* _DATA PROVIDED_
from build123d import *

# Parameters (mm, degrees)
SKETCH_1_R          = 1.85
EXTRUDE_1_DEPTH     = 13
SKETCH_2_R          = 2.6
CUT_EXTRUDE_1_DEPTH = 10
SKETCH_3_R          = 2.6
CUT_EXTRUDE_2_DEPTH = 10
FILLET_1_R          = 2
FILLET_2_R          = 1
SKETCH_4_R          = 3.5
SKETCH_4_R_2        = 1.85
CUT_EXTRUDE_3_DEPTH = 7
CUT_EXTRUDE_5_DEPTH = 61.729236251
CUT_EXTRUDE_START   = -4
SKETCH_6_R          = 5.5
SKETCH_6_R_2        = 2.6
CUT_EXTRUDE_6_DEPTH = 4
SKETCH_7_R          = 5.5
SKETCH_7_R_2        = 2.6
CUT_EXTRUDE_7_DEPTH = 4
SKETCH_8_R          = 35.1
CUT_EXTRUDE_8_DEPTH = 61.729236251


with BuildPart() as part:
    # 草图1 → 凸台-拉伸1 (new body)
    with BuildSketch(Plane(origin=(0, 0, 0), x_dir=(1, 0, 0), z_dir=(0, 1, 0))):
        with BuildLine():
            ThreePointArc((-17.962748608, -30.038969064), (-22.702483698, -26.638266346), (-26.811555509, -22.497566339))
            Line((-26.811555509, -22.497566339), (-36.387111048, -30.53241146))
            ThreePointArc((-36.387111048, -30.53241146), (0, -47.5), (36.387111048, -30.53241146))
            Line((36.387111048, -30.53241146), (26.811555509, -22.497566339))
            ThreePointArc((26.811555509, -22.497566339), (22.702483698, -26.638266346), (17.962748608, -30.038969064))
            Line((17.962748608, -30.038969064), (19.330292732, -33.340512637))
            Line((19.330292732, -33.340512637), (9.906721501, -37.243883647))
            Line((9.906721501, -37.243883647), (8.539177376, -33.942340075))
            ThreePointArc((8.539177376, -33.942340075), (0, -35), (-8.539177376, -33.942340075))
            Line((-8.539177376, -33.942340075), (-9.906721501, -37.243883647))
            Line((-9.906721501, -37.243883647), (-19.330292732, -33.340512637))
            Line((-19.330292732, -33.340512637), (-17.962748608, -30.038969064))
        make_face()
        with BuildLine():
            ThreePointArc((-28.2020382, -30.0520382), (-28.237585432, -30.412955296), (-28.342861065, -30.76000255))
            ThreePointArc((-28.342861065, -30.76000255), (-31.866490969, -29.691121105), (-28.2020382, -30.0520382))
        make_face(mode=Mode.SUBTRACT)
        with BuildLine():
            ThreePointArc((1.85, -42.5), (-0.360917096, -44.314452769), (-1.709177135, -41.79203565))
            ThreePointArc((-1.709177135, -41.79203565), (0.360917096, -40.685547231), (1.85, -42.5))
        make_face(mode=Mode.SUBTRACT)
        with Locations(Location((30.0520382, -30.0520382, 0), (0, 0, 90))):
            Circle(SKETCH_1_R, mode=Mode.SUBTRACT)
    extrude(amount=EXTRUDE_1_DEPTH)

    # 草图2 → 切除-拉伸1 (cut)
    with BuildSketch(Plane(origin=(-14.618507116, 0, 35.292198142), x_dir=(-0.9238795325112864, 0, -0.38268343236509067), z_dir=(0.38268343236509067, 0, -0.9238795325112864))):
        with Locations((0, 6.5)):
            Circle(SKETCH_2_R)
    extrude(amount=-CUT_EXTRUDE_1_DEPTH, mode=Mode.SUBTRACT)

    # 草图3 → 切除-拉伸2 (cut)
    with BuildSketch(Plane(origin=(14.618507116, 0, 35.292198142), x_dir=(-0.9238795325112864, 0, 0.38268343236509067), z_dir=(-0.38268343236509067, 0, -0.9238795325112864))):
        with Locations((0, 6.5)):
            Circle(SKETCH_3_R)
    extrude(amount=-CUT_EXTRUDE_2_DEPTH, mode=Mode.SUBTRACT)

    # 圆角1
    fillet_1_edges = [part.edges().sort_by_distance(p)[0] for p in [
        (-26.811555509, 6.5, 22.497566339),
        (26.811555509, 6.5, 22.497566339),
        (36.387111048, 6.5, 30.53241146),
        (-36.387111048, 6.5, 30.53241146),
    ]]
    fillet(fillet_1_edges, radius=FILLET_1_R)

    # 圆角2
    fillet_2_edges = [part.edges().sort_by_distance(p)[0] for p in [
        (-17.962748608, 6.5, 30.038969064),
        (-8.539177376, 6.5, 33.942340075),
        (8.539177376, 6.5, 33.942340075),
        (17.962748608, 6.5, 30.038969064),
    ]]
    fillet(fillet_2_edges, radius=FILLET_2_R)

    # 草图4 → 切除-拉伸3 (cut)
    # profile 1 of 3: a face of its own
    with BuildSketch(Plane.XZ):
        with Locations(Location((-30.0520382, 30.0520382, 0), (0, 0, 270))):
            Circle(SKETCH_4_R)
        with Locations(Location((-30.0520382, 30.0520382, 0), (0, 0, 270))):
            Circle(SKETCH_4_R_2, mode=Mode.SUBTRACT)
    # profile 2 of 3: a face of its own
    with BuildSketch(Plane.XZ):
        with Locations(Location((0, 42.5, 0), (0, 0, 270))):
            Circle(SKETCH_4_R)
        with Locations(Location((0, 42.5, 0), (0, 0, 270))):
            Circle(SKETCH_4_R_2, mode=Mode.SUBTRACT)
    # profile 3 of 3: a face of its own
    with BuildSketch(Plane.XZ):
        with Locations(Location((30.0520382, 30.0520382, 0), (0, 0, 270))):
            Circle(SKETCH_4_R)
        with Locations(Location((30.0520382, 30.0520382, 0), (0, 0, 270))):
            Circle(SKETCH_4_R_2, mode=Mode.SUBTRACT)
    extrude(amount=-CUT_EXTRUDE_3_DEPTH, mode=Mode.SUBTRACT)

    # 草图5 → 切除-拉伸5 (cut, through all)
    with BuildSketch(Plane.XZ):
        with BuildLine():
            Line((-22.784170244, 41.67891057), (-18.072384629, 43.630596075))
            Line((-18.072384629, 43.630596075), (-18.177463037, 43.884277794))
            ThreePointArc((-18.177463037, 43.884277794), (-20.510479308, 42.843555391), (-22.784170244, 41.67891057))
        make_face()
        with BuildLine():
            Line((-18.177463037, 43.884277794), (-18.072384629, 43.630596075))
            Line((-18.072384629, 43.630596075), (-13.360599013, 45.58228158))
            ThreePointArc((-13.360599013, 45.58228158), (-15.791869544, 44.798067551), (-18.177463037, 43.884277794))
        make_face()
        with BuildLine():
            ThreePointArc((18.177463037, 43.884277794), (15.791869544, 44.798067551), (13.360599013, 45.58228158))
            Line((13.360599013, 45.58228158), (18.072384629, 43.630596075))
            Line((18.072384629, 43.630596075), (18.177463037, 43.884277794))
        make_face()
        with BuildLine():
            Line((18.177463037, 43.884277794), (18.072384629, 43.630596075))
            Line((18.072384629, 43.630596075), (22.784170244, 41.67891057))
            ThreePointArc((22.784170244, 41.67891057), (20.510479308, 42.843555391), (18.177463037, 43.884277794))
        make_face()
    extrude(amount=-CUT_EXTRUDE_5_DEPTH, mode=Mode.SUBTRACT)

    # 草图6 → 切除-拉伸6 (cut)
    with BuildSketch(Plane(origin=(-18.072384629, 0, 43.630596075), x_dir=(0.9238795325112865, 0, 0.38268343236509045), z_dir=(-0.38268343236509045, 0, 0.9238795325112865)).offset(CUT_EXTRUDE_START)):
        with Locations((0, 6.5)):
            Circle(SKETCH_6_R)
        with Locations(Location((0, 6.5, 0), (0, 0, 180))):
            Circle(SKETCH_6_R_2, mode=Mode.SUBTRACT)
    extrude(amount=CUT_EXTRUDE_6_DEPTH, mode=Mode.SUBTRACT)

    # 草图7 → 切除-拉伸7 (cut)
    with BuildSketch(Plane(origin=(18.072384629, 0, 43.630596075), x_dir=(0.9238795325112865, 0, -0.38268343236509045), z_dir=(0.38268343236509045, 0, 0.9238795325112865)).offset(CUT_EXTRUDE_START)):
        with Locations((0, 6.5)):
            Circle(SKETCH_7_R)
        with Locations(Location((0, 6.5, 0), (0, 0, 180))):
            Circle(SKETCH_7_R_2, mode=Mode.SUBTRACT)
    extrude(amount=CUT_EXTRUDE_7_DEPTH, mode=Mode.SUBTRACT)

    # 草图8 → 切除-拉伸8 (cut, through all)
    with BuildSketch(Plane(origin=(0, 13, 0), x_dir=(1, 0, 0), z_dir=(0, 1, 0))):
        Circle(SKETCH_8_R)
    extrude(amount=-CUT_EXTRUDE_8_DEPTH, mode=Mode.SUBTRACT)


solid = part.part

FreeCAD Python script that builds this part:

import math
import FreeCAD as App
import Part
import Sketcher
Q = App.Units.Quantity


def edges_at(feature, points):
    """Names of the edges that pass closest to the given points."""
    edges = feature.Shape.Edges
    near = lambda p: min(range(len(edges)), key=lambda i: edges[i].distToShape(Part.Vertex(*p))[0])
    return sorted({f"Edge{near(p) + 1}" for p in points})

doc = App.newDocument("Part")
params = doc.addObject("Spreadsheet::Sheet", "Params")
for row, (alias, value) in enumerate([
    ("sketch1_radius", "35 mm"),
    ("sketch1_diameter", "3.7 mm"),
    ("sketch1_radius2", "47.5 mm"),
    ("sketch1_length", "10.2 mm"),
    ("pad1_length", "13 mm"),
    ("sketch2_diameter", "5.2 mm"),
    ("pocket1_length", "10 mm"),
    ("sketch3_diameter", "5.2 mm"),
    ("pocket2_length", "10 mm"),
    ("fillet_radius", "2 mm"),
    ("fillet2_radius", "1 mm"),
    ("sketch4_diameter", "7 mm"),
    ("sketch4_diameter2", "3.7 mm"),
    ("pocket3_length", "7 mm"),
    ("sketch5_radius", "47.5 mm"),
    ("sketch5_length", "5.1 mm"),
    ("sketch6_diameter", "11 mm"),
    ("sketch6_diameter2", "5.2 mm"),
    ("pocket5_length", "4 mm"),
    ("sketch7_diameter", "11 mm"),
    ("sketch7_diameter2", "5.2 mm"),
    ("pocket6_length", "4 mm"),
    ("sketch8_diameter", "70.2 mm"),
], start=1):
    params.set(f"A{row}", alias)
    params.set(f"B{row}", "=" + value)
    params.setAlias(f"B{row}", alias)

body = doc.addObject("PartDesign::Body", "Body")

sketch1 = body.newObject("Sketcher::SketchObject", "Sketch")
sketch1.AttachmentSupport = (doc.getObject("XZ_Plane"), [""])
sketch1.MapMode = "FlatFace"
sketch1.addGeometry(Part.ArcOfCircle(Part.Circle(App.Vector(0, 0, 0), App.Vector(0, 0, 1), 35), math.radians(120.88), math.radians(140)), False)
sketch1.addGeometry(Part.LineSegment(App.Vector(-26.8, 22.5, 0), App.Vector(-36.4, 30.5, 0)), False)
sketch1.addGeometry(Part.ArcOfCircle(Part.Circle(App.Vector(0, 0, 0), App.Vector(0, 0, 1), 47.5), math.radians(40), math.radians(140)), False)
sketch1.addGeometry(Part.LineSegment(App.Vector(36.4, 30.5, 0), App.Vector(26.8, 22.5, 0)), False)
sketch1.addGeometry(Part.ArcOfCircle(Part.Circle(App.Vector(0, 0, 0), App.Vector(0, 0, 1), 35), math.radians(40), math.radians(59.12)), False)
sketch1.addGeometry(Part.LineSegment(App.Vector(18, 30, 0), App.Vector(19.3, 33.3, 0)), False)
sketch1.addGeometry(Part.LineSegment(App.Vector(19.3, 33.3, 0), App.Vector(9.9, 37.2, 0)), False)
sketch1.addGeometry(Part.LineSegment(App.Vector(9.9, 37.2, 0), App.Vector(8.5, 33.9, 0)), False)
sketch1.addGeometry(Part.ArcOfCircle(Part.Circle(App.Vector(0, 0, 0), App.Vector(0, 0, 1), 35), math.radians(76), math.radians(104)), False)
sketch1.addGeometry(Part.LineSegment(App.Vector(-8.5, 33.9, 0), App.Vector(-9.9, 37.2, 0)), False)
sketch1.addGeometry(Part.LineSegment(App.Vector(-9.9, 37.2, 0), App.Vector(-19.3, 33.3, 0)), False)
sketch1.addGeometry(Part.LineSegment(App.Vector(-19.3, 33.3, 0), App.Vector(-18, 30, 0)), False)
sketch1.addGeometry(Part.ArcOfCircle(Part.Circle(App.Vector(0, 42.5, 0), App.Vector(0, 0, 1), 1.9), math.radians(-157), math.radians(0)), False)
sketch1.addGeometry(Part.ArcOfCircle(Part.Circle(App.Vector(0, 42.5, 0), App.Vector(0, 0, 1), 1.9), math.radians(0), math.radians(203)), False)
sketch1.addGeometry(Part.ArcOfCircle(Part.Circle(App.Vector(-30.1, 30.1, 0), App.Vector(0, 0, 1), 1.9), math.radians(23), math.radians(360)), False)
sketch1.addGeometry(Part.ArcOfCircle(Part.Circle(App.Vector(-30.1, 30.1, 0), App.Vector(0, 0, 1), 1.9), math.radians(0), math.radians(22)), False)
sketch1.addGeometry(Part.Circle(App.Vector(30.1, 30.1, 0), App.Vector(0, 0, 1), 1.9), False)
sketch1.addConstraint(Sketcher.Constraint("Coincident", 0, 2, 1, 1))
sketch1.addConstraint(Sketcher.Constraint("Coincident", 1, 2, 2, 2))
sketch1.addConstraint(Sketcher.Constraint("Coincident", 2, 1, 3, 1))
sketch1.addConstraint(Sketcher.Constraint("Coincident", 3, 2, 4, 1))
sketch1.addConstraint(Sketcher.Constraint("Coincident", 4, 2, 5, 1))
sketch1.addConstraint(Sketcher.Constraint("Coincident", 5, 2, 6, 1))
sketch1.addConstraint(Sketcher.Constraint("Coincident", 6, 2, 7, 1))
sketch1.addConstraint(Sketcher.Constraint("Coincident", 7, 2, 8, 1))
sketch1.addConstraint(Sketcher.Constraint("Coincident", 8, 2, 9, 1))
sketch1.addConstraint(Sketcher.Constraint("Coincident", 9, 2, 10, 1))
sketch1.addConstraint(Sketcher.Constraint("Coincident", 10, 2, 11, 1))
sketch1.addConstraint(Sketcher.Constraint("Coincident", 11, 2, 0, 1))
sketch1.addConstraint(Sketcher.Constraint("Tangent", 12, 1, 13, 2))
sketch1.addConstraint(Sketcher.Constraint("Coincident", 13, 1, 12, 2))
sketch1.addConstraint(Sketcher.Constraint("Tangent", 14, 1, 15, 2))
sketch1.addConstraint(Sketcher.Constraint("Coincident", 15, 1, 14, 2))
sketch1.addConstraint(Sketcher.Constraint("Coincident", 0, 3, -1, 1))
sketch1.addConstraint(Sketcher.Constraint("Coincident", 2, 3, -1, 1))
sketch1.addConstraint(Sketcher.Constraint("Coincident", 4, 3, -1, 1))
sketch1.addConstraint(Sketcher.Constraint("Coincident", 8, 3, -1, 1))
sketch1.addConstraint(Sketcher.Constraint("Equal", 0, 4))
sketch1.addConstraint(Sketcher.Constraint("Equal", 4, 8))
sketch1.addConstraint(Sketcher.Constraint("Equal", 13, 14))
sketch1.addConstraint(Sketcher.Constraint("Equal", 15, 16))
sketch1.addConstraint(Sketcher.Constraint("Symmetric", 14, 3, 16, 3, -2))
sketch1.addConstraint(Sketcher.Constraint("Symmetric", 6, 2, 9, 2, -2))
sketch1.addConstraint(Sketcher.Constraint("Symmetric", 5, 2, 10, 2, -2))
sketch1.addConstraint(Sketcher.Constraint("PointOnObject", 12, 3, -2))
sketch1.addConstraint(Sketcher.Constraint("Perpendicular", 5, 6))
sketch1.addConstraint(Sketcher.Constraint("Perpendicular", 6, 7))
sketch1.addConstraint(Sketcher.Constraint("Perpendicular", 9, 10))
sketch1.addConstraint(Sketcher.Constraint("Perpendicular", 10, 11))
sketch1.addConstraint(Sketcher.Constraint("Horizontal", 1, 2, 2, 1))
sketch1.addConstraint(Sketcher.Constraint("Horizontal", 0, 2, 3, 2))
sketch1.addConstraint(Sketcher.Constraint("Horizontal", 12, 3, 13, 1))
sketch1.addConstraint(Sketcher.Constraint("Horizontal", 16, 3, 15, 1))
sketch1.addConstraint(Sketcher.Constraint("Equal", 5, 7))
sketch1.addConstraint(Sketcher.Constraint("Radius", 0, Q("35 mm")))
sketch1.addConstraint(Sketcher.Constraint("Diameter", 16, Q("3.7 mm")))
sketch1.addConstraint(Sketcher.Constraint("Radius", 2, Q("47.5 mm")))
sketch1.addConstraint(Sketcher.Constraint("Angle", 1, Q("140 deg")))
sketch1.addConstraint(Sketcher.Constraint("Angle", 5, Q("67.5 deg")))
sketch1.addConstraint(Sketcher.Constraint("Distance", 6, Q("10.2 mm")))
sketch1.addConstraint(Sketcher.Constraint("DistanceY", -1, 1, 12, 3, Q("42.5 mm")))
sketch1.addConstraint(Sketcher.Constraint("DistanceX", 8, 2, 12, 1, Q("6.83 mm")))
sketch1.addConstraint(Sketcher.Constraint("DistanceY", 2, 1, 5, 2, Q("2.808101 mm")))
sketch1.addConstraint(Sketcher.Constraint("DistanceX", 8, 2, 6, 2, Q("18.445899 mm")))
sketch1.addConstraint(Sketcher.Constraint("DistanceX", 14, 3, -1, 1, Q("30.052038 mm")))
sketch1.addConstraint(Sketcher.Constraint("DistanceY", -1, 1, 14, 3, Q("30.052038 mm")))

* _EXERCISE_
From the data above, output only the lines between the line containing "# 草图6 → 切除-拉伸6 (cut)" and the line containing "# 草图8 → 切除-拉伸8 (cut, through all)", inclusive, exactly as written.

* _PROBLEM SOLUTION_
    # 草图6 → 切除-拉伸6 (cut)
    with BuildSketch(Plane(origin=(-18.072384629, 0, 43.630596075), x_dir=(0.9238795325112865, 0, 0.38268343236509045), z_dir=(-0.38268343236509045, 0, 0.9238795325112865)).offset(CUT_EXTRUDE_START)):
        with Locations((0, 6.5)):
            Circle(SKETCH_6_R)
        with Locations(Location((0, 6.5, 0), (0, 0, 180))):
            Circle(SKETCH_6_R_2, mode=Mode.SUBTRACT)
    extrude(amount=CUT_EXTRUDE_6_DEPTH, mode=Mode.SUBTRACT)

    # 草图7 → 切除-拉伸7 (cut)
    with BuildSketch(Plane(origin=(18.072384629, 0, 43.630596075), x_dir=(0.9238795325112865, 0, -0.38268343236509045), z_dir=(0.38268343236509045, 0, 0.9238795325112865)).offset(CUT_EXTRUDE_START)):
        with Locations((0, 6.5)):
            Circle(SKETCH_7_R)
        with Locations(Location((0, 6.5, 0), (0, 0, 180))):
            Circle(SKETCH_7_R_2, mode=Mode.SUBTRACT)
    extrude(amount=CUT_EXTRUDE_7_DEPTH, mode=Mode.SUBTRACT)

    # 草图8 → 切除-拉伸8 (cut, through all)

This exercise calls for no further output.